Fauveau regarda Ducormier avec une expression de défiance et de dégoût involontaire, garda un moment le silence et reprit :

— Quelle réputation as-tu donc pour que l’on ose, à la première vue, te proposer de pareilles infamies ? Pour qui passes-tu donc aux yeux de ces gens-là ?

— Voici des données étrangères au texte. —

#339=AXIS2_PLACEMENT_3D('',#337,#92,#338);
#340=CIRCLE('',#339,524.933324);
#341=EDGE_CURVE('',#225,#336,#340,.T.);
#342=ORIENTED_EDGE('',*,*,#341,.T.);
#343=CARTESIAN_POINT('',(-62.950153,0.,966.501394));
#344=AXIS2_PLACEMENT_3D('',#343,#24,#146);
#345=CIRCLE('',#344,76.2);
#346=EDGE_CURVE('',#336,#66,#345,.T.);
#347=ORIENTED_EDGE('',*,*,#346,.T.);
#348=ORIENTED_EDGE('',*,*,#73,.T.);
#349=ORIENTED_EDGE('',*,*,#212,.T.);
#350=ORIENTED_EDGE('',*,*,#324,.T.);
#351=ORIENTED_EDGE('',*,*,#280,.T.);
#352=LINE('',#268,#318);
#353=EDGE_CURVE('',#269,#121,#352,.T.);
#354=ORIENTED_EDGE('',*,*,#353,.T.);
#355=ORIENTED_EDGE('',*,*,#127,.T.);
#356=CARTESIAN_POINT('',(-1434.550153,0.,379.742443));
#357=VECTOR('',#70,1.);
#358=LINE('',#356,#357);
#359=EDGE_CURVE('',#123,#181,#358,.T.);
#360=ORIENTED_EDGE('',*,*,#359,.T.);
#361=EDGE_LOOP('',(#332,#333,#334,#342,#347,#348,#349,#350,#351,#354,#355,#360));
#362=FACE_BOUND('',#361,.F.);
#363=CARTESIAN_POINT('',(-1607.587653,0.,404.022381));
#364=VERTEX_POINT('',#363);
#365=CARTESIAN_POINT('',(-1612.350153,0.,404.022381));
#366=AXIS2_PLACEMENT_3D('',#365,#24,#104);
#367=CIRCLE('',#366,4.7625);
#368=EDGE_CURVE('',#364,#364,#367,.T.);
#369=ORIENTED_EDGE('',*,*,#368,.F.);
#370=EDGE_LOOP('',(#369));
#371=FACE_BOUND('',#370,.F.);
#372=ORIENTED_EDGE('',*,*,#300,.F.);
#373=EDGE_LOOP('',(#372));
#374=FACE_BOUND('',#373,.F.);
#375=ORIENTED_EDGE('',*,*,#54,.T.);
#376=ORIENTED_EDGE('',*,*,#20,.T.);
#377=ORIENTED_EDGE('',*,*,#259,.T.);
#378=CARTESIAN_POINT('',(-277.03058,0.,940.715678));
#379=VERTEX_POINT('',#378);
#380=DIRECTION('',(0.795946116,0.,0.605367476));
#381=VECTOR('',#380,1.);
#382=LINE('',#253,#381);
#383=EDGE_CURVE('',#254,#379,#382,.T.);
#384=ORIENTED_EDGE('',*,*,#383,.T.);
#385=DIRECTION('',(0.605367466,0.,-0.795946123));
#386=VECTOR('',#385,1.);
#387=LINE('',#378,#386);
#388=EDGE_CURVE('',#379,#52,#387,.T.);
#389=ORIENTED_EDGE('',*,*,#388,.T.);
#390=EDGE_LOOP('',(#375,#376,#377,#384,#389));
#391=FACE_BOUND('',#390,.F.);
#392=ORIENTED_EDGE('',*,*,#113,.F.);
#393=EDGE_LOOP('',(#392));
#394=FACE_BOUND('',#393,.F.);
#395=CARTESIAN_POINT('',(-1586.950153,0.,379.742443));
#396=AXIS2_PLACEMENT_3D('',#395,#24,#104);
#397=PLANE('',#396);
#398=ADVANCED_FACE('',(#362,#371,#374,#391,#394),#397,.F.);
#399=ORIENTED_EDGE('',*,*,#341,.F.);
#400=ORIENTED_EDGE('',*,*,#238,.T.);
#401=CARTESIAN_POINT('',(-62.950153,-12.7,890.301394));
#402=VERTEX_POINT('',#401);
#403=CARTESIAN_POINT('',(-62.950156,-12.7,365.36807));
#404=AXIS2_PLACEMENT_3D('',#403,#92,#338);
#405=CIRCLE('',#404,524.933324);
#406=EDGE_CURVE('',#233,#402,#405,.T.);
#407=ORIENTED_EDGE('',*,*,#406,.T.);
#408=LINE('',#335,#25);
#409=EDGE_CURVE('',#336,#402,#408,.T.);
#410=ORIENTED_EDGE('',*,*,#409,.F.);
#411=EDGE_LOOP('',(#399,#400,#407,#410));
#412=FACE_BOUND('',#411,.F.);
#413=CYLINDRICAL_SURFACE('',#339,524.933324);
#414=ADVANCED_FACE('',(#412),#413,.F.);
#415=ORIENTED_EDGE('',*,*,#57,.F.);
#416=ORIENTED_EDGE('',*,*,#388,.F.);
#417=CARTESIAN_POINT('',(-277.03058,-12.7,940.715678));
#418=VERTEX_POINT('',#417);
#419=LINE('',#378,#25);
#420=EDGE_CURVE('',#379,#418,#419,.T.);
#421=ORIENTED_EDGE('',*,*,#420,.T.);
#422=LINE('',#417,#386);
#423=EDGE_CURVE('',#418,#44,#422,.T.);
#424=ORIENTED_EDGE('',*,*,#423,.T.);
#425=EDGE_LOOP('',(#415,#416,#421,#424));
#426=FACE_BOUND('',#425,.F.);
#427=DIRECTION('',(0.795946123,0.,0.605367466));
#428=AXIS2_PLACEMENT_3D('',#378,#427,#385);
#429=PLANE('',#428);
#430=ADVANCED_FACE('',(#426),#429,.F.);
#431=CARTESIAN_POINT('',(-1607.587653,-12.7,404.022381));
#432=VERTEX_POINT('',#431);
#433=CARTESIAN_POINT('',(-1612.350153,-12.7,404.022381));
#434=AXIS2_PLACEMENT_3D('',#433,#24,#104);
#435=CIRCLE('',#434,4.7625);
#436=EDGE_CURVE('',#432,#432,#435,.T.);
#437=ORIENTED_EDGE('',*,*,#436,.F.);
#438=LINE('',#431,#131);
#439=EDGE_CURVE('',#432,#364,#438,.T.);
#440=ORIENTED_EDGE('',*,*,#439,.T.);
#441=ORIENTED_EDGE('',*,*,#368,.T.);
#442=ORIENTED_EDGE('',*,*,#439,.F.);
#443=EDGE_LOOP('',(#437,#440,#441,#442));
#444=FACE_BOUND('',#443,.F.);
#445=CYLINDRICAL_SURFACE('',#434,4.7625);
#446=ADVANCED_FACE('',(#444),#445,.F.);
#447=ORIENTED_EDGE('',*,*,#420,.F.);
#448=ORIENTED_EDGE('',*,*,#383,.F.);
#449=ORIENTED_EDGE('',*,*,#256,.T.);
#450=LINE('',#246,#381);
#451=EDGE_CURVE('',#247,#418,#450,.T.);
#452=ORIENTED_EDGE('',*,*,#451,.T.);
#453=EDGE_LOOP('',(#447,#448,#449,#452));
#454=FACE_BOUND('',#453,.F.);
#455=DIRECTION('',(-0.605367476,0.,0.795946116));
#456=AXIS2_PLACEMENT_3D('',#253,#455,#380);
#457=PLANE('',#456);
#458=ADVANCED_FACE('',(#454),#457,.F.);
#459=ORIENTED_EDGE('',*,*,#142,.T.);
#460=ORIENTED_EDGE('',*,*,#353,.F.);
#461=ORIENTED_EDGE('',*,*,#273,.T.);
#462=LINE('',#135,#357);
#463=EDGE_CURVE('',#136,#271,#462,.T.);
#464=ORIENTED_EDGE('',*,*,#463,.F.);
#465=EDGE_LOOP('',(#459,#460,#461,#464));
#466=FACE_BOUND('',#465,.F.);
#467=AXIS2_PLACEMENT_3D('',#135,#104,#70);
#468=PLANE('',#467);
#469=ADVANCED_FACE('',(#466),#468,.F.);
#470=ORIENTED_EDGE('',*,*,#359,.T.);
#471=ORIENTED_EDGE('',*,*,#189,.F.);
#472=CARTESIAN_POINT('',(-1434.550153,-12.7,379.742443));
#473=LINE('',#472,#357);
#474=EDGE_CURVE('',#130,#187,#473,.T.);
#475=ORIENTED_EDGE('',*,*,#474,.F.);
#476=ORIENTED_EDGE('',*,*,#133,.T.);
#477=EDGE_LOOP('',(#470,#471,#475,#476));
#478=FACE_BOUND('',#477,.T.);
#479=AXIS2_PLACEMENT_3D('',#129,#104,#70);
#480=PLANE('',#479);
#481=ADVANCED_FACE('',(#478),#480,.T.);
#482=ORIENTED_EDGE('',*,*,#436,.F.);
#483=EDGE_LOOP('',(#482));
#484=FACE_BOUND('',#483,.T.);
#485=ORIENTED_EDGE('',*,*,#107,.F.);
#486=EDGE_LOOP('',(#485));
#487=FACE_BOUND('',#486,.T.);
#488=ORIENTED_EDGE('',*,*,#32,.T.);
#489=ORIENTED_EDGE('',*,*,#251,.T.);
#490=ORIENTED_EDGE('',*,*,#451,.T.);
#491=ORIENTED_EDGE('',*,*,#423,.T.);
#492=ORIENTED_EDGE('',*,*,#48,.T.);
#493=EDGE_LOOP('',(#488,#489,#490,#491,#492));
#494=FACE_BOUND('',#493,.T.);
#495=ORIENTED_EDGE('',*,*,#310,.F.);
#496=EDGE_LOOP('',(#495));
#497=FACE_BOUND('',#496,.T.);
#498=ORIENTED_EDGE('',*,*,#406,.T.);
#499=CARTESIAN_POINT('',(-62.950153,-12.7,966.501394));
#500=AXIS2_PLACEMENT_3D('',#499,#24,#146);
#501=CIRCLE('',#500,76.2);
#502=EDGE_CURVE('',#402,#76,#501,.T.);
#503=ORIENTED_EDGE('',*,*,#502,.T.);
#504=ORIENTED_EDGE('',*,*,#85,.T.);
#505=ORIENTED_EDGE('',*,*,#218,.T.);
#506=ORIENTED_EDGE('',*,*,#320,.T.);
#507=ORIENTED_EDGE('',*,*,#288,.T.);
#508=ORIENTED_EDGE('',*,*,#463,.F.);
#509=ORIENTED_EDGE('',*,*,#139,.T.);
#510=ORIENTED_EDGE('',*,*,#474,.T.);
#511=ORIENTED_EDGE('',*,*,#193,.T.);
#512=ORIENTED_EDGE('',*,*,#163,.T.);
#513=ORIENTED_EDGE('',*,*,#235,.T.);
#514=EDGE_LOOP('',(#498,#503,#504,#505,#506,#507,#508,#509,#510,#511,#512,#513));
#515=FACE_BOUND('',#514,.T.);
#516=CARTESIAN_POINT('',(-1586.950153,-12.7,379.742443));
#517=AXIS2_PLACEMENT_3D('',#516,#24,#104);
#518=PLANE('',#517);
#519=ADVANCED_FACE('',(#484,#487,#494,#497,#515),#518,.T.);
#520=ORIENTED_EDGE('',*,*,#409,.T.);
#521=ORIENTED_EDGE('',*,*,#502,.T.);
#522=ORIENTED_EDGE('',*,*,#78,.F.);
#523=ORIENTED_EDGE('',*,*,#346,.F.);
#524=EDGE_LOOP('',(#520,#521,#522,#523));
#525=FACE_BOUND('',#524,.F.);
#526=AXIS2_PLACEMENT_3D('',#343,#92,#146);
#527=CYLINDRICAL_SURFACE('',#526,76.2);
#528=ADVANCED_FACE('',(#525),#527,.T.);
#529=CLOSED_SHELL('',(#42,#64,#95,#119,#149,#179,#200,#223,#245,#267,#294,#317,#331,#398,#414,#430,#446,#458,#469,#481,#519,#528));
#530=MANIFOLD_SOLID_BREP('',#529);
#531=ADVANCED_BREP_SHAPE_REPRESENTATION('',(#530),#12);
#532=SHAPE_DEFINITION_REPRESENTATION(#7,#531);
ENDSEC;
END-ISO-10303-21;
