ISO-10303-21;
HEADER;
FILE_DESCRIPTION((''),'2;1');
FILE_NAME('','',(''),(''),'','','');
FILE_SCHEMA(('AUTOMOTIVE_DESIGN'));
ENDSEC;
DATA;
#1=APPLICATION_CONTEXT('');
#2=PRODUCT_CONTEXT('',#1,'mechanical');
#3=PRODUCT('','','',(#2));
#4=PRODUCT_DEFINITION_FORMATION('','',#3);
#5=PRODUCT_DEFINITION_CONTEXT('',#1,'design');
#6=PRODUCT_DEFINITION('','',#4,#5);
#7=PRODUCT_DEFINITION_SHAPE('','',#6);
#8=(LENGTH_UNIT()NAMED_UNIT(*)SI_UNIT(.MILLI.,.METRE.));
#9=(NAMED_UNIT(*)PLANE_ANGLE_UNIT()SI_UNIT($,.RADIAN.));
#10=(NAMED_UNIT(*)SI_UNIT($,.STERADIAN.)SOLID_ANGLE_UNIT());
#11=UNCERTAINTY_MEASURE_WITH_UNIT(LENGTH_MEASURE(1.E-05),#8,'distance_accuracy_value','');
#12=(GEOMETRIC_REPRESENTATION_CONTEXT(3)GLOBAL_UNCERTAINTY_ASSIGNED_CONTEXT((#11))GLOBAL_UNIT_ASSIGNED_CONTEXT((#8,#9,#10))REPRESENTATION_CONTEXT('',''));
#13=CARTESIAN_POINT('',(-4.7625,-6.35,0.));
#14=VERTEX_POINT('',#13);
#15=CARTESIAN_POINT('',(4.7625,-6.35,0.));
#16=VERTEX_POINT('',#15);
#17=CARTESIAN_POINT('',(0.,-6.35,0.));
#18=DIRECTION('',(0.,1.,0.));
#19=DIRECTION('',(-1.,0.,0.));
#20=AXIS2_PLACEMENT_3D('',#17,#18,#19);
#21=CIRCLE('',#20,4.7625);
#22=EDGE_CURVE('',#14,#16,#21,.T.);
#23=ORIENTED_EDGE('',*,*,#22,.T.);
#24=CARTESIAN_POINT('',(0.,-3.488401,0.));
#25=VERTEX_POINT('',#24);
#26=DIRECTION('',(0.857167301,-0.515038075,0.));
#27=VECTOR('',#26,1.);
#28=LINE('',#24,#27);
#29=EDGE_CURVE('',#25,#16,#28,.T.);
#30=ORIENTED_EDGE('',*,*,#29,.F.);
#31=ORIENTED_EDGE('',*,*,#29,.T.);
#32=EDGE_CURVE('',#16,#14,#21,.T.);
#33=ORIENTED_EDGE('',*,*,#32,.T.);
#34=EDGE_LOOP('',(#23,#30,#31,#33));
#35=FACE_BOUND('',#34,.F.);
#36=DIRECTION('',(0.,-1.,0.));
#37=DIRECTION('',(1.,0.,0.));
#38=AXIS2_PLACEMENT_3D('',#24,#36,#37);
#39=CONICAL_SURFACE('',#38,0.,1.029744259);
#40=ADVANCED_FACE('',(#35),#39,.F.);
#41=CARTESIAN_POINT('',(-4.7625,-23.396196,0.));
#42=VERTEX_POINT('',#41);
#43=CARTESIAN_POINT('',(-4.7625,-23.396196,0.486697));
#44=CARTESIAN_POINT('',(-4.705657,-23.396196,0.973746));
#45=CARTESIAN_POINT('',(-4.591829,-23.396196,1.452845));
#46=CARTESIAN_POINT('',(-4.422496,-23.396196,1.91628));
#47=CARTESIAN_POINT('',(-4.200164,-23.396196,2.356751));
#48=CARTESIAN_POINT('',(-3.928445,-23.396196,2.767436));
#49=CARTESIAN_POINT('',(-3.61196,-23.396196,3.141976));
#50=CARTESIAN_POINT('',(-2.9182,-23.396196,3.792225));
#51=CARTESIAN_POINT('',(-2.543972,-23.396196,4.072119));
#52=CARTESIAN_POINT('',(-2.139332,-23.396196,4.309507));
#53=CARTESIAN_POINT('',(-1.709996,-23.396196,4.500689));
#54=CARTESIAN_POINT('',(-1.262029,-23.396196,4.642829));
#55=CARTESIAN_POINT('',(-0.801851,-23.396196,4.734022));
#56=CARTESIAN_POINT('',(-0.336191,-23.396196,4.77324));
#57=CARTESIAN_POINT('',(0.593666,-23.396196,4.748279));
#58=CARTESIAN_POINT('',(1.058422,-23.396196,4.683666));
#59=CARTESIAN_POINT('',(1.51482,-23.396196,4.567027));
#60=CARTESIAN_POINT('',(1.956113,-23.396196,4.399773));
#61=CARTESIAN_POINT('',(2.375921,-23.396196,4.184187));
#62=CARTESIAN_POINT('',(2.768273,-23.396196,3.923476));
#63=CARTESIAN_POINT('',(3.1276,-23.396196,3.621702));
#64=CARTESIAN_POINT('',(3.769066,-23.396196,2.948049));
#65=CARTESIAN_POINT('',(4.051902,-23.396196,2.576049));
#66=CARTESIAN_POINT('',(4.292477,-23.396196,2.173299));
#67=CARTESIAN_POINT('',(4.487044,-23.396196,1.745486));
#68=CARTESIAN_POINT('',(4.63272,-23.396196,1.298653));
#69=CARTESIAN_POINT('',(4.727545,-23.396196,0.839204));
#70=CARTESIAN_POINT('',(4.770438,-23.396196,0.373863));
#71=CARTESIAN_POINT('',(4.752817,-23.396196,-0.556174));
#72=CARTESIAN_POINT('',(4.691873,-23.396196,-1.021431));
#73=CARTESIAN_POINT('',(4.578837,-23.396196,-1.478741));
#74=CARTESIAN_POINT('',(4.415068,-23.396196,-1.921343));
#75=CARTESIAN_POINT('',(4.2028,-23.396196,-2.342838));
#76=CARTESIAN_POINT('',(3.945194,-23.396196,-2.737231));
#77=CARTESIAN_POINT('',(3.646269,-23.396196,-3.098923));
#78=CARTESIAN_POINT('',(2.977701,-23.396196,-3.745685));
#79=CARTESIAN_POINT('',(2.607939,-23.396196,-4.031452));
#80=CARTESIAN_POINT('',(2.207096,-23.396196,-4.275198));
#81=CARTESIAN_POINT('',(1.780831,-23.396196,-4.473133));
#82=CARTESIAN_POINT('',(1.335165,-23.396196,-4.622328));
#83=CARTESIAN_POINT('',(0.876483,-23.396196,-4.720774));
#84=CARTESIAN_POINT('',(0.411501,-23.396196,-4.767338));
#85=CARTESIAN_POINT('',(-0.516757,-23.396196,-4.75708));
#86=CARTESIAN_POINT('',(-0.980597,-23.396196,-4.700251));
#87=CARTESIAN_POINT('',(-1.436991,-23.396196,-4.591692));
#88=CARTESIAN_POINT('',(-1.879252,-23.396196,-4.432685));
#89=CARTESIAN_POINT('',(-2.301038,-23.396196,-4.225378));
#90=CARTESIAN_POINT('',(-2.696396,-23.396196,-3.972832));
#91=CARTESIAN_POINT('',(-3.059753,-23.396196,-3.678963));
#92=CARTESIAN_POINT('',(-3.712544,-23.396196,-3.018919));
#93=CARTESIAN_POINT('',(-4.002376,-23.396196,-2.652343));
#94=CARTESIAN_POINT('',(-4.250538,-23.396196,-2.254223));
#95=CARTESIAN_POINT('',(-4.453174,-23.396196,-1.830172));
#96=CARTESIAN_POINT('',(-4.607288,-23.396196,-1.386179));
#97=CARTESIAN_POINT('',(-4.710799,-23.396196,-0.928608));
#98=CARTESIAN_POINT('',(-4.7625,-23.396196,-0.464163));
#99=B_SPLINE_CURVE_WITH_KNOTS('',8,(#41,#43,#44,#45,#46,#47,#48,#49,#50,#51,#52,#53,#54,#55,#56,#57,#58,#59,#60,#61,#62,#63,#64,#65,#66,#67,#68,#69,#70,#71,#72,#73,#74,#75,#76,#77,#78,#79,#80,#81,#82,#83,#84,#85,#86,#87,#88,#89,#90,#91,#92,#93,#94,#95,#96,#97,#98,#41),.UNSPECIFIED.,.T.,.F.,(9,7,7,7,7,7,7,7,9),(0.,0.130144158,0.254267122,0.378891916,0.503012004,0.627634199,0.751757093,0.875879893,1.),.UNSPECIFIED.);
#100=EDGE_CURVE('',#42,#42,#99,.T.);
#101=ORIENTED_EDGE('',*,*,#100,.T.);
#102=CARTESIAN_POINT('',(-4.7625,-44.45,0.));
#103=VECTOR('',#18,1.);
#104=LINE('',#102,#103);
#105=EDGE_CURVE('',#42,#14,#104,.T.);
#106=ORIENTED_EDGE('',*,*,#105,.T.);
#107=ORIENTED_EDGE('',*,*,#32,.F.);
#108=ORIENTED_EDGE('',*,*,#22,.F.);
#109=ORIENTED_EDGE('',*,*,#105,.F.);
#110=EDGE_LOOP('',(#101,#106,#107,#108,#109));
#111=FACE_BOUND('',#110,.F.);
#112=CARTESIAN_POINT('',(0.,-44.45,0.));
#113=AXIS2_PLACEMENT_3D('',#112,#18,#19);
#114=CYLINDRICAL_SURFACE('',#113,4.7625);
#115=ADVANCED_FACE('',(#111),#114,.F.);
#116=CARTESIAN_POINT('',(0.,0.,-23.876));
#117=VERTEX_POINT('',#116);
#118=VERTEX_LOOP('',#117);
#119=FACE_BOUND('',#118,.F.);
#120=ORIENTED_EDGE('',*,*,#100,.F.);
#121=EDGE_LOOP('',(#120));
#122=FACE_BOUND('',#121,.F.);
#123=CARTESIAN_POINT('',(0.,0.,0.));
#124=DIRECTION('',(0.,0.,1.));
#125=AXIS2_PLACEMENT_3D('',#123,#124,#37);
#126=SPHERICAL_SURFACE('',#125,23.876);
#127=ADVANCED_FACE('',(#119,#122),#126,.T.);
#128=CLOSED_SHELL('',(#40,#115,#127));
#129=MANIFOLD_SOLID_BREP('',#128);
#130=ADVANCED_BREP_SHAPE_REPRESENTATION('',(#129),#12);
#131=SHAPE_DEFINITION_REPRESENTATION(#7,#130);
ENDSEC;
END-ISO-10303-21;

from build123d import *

# Parameters (mm, degrees)
F4_D     = 9.525
F4_DEPTH = 19.05
F4_TIP   = 2.8615986981


with BuildPart() as f1:
    # F0 (on Front) → F1 (revolve)
    with BuildSketch(Plane.XZ):
        with BuildLine():
            Line((0, 23.876), (0, -23.876))
            ThreePointArc((0, -23.876), (23.876, 0), (0, 23.876))
        make_face()
    revolve(axis=Axis((0, 0, 0), (0, 0, -1)))

    # F4
    with Locations(Plane.XZ.offset(25.4)):
        with Locations((0, 0)):
            Hole(F4_D / 2, depth=F4_DEPTH)
            with Locations((0, 0, -(F4_DEPTH + F4_TIP / 2))):  # 118° drill point
                Cone(0, F4_D / 2, F4_TIP, mode=Mode.SUBTRACT)


solid = f1.part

— Pour qui je passe, mon bon Joseph ? — reprit Anatole avec un éclat de rire sardonique ; — eh, pardieu ! je passe pour ce que je suis ; un pauvre diable de secrétaire, sans sou ni maille, fils d’un boutiquier ; or, aux yeux de ce monde-là, un pauvre diable comme moi doit se trouver fort heureux d’être l’entremetteur d’un grand seigneur, moyennant quoi le grand seigneur assure sa protection à l’entremetteur ; cela va tout seul et de soi-même. Oui, le prince m’a donné sa foi de gentilhomme que, si je lui facilitais la séduction de ta femme, ma fortune était assurée, mon ambition satisfaite, grâce à son tout-puissant crédit, car l’on a vu des hommes encore plus bas placés que moi devoir une élévation rapide à ces infâmes services.

— Anatole, je te ferais injure en m’étonnant de ce que tu as refusé cette ignominie.

— Tu te trompes, mon bon Joseph ; je n’ai pas refusé.

— Que dis-tu ?

— Écoute encore… Te dire ce qu’il m’a fallu, vois-tu, d’empire sur moi-même pour ne pas cracher à la figure de cet homme…

— Tonnerre de Dieu ! je l’aurais pilé sous mes pieds !

— Non, c’est un vieillard.

— Qu’est-ce que ça me fait, à moi ! Oh ! il y passera !

— Sois tranquille, tu seras vengé, Joseph… et terriblement, si tu m’aides !

— Je te l’ai dit, je me vengerai moi-même.

— Impossible !

— Impossible de lui casser les reins ?

— Tu n’as aucune preuve contre le prince, il niera tout ; il est très haut placé, très puissant. C’est un vieillard, te dis-je ; le maltraiter, c’est t’exposer à un procès et à la prison.

— Parce qu’il a voulu séduire ma femme ?

— Oui, c’est révoltant ; mais c’est ainsi. Réfléchis un peu, et tu verras que j’ai raison.

— Mais que faire alors ?

— M’écouter, nous entendre, et nous serons, je te le répète, cruellement vengés, toi, des indignes projets de cet homme sur ta Maria ; moi, de l’insultant mépris qu’il m’a témoigné en me croyant capable d’accepter son offre infâme.

À ce moment, la porte de la boutique s’ouvrit, madame Fauveau entra, et resta tout interdite, presque tremblante, à la vue d’Anatole.